Great businesses are founded on great partnerships. But great businesses can also be destroyed by bad partnerships.
These entrepreneurs—and members of The Oracles—share their hard-won wisdom about what to watch out for before joining forces with a business partner.

1. Trust your gut and get it on paper.
All of my success has come from successful partnerships: co-authoring the Chicken Soup for the Soul series with Mark Victor Hansen; The Success Principles with Janet Switzer; and managing my companies with Patty Aubery and Russ Kamalski. My top two criteria for partnering are: One, I must like them and trust the person. Two, they have to bring something to the table that I cannot myself provide. Liking them and trusting them are subjective things, but I’ve learned to trust my gut. If anything doesn’t feel right, I don’t proceed.

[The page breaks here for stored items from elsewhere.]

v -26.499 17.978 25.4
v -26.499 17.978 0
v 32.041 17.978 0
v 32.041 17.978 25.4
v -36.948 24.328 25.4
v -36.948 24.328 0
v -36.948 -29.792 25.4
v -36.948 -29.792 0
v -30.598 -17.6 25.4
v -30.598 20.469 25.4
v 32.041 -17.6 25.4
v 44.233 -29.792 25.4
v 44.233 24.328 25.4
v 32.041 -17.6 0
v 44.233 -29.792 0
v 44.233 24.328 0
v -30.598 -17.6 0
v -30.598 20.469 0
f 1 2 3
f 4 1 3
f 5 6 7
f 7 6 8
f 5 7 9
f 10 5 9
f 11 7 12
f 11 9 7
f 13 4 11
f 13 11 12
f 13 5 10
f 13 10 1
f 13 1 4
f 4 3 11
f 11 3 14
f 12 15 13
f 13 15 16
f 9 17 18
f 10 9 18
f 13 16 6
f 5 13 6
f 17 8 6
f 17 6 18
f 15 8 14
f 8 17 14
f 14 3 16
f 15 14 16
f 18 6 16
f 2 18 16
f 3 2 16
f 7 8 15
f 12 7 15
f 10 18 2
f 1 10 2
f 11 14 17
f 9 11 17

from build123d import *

# Parameters (mm, degrees)
F0_W     = 6.35
F0_H     = 12.1919997036
F0_H_2   = 35.5785874814
F0_W_2   = 12.1919997036
F0_H_3   = 6.35
F1_DEPTH = 25.4


with BuildPart() as f1:
    # F0 (on Top) → F1 (new body)
    with BuildSketch(Plane.XY):
        with Locations((-33.7727085769, -23.6963424832)):
            Rectangle(F0_W, F0_H)
        Polygon((-30.5977085769, -17.6003426313), (-30.5977085769, -29.792342335), (44.2331731319, -29.792342335), (44.2331731319, 17.97824485), (32.0411734283, 17.97824485), (32.0411734283, -17.6003426313), align=None)
        with Locations((-33.7727085769, 0.1889511093)):
            Rectangle(F0_W, F0_H_2)
        Polygon((-36.9477085769, 24.32824485), (-36.9477085769, 17.97824485), (-30.5977085769, 17.97824485), (-30.5977085769, 20.4689776353), align=None)
        with Locations((38.1371732801, 21.15324485)):
            Rectangle(F0_W_2, F0_H_3)
        Polygon((-30.5977085769, 24.32824485), (-36.9477085769, 24.32824485), (-30.5977085769, 20.4689776353), align=None)
        Polygon((-26.4994815545, 17.97824485), (32.0411734283, 17.97824485), (32.0411734283, 24.32824485), (-30.5977085769, 24.32824485), (-30.5977085769, 20.4689776353), align=None)
    extrude(amount=F1_DEPTH)


solid = f1.part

One of the biggest mistakes you can make when partnering is not sufficiently clarifying each other’s roles, boundaries, compensation, and exit strategies and then documenting them on paper. While it’s important to trust each other, it’s also important to ensure you are clearly on the same page before you start. People often have different understandings and interpretations if they are not codified in writing. — Jack Canfield, co-creator of the billion-dollar Chicken Soup for the Soul franchise, author of the NYT bestseller The Success Principles, and CEO of The Canfield Training Group

2. Know the partner for at least a year.
Before entering a business partnership, my top criterion is to ideally know someone for at least one year. (Some psychology and scientific studies say that people truly show who they are after one year.)
It’s like dating—you have to date before you get married. A business partnership is a marriage. So you need some short-term “dating projects” in business. Become good at reading people and back it up with references. If projects don’t work out, you move on. It’s like choosing not to see someone after three dates: you haven’t made a long-term commitment and will be OK.

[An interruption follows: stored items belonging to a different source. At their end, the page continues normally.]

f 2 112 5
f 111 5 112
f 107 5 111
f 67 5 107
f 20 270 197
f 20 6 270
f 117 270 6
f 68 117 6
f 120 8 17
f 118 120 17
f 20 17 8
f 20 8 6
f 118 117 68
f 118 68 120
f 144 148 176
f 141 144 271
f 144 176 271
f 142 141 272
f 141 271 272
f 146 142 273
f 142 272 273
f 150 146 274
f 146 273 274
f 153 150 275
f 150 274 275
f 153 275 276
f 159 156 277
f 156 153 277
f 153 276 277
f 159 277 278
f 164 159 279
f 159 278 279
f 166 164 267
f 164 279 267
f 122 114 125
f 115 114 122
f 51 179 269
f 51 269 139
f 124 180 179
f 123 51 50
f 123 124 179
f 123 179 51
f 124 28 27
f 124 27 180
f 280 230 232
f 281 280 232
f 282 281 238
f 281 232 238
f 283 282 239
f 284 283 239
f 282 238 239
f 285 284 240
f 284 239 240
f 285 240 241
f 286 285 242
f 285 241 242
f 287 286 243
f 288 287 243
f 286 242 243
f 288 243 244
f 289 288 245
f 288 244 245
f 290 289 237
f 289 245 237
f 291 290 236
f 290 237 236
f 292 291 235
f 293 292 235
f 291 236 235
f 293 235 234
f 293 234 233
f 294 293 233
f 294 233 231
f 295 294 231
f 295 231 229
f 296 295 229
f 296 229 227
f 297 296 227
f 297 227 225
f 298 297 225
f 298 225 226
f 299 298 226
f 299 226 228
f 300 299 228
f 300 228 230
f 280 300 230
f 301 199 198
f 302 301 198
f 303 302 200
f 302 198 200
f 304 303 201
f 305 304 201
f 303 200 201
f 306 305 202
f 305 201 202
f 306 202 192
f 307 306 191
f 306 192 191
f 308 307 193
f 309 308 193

The biggest mistake you can make in partnering is going into it too quickly. Make sure you outline the responsibilities of each partner. Otherwise, you might get stuck doing all the work.
In the operating agreement, write out the partner’s responsibilities, your rights and the exit strategy. Something like, “You’ll work approximately 30 hours doing A, B, C, and five hours doing Z.” The more clear you are, the less likely it is to fail. —Tai Lopez, investor and advisor to many multimillion-dollar businesses who has built an eight-figure online empire; connect with Tai on Facebook or Snapchat

3. Use math, but don’t forget the fun.
Partnerships can be wonderful, but also can become your worst nightmare. Use math to decide on the right partners. That’s right, math. If one plus one equals two, that’s not the right partnership for you. One plus one must equal three! A partnership must be more than the sum of its parts; otherwise, you’d just as well outsource different parts of your business.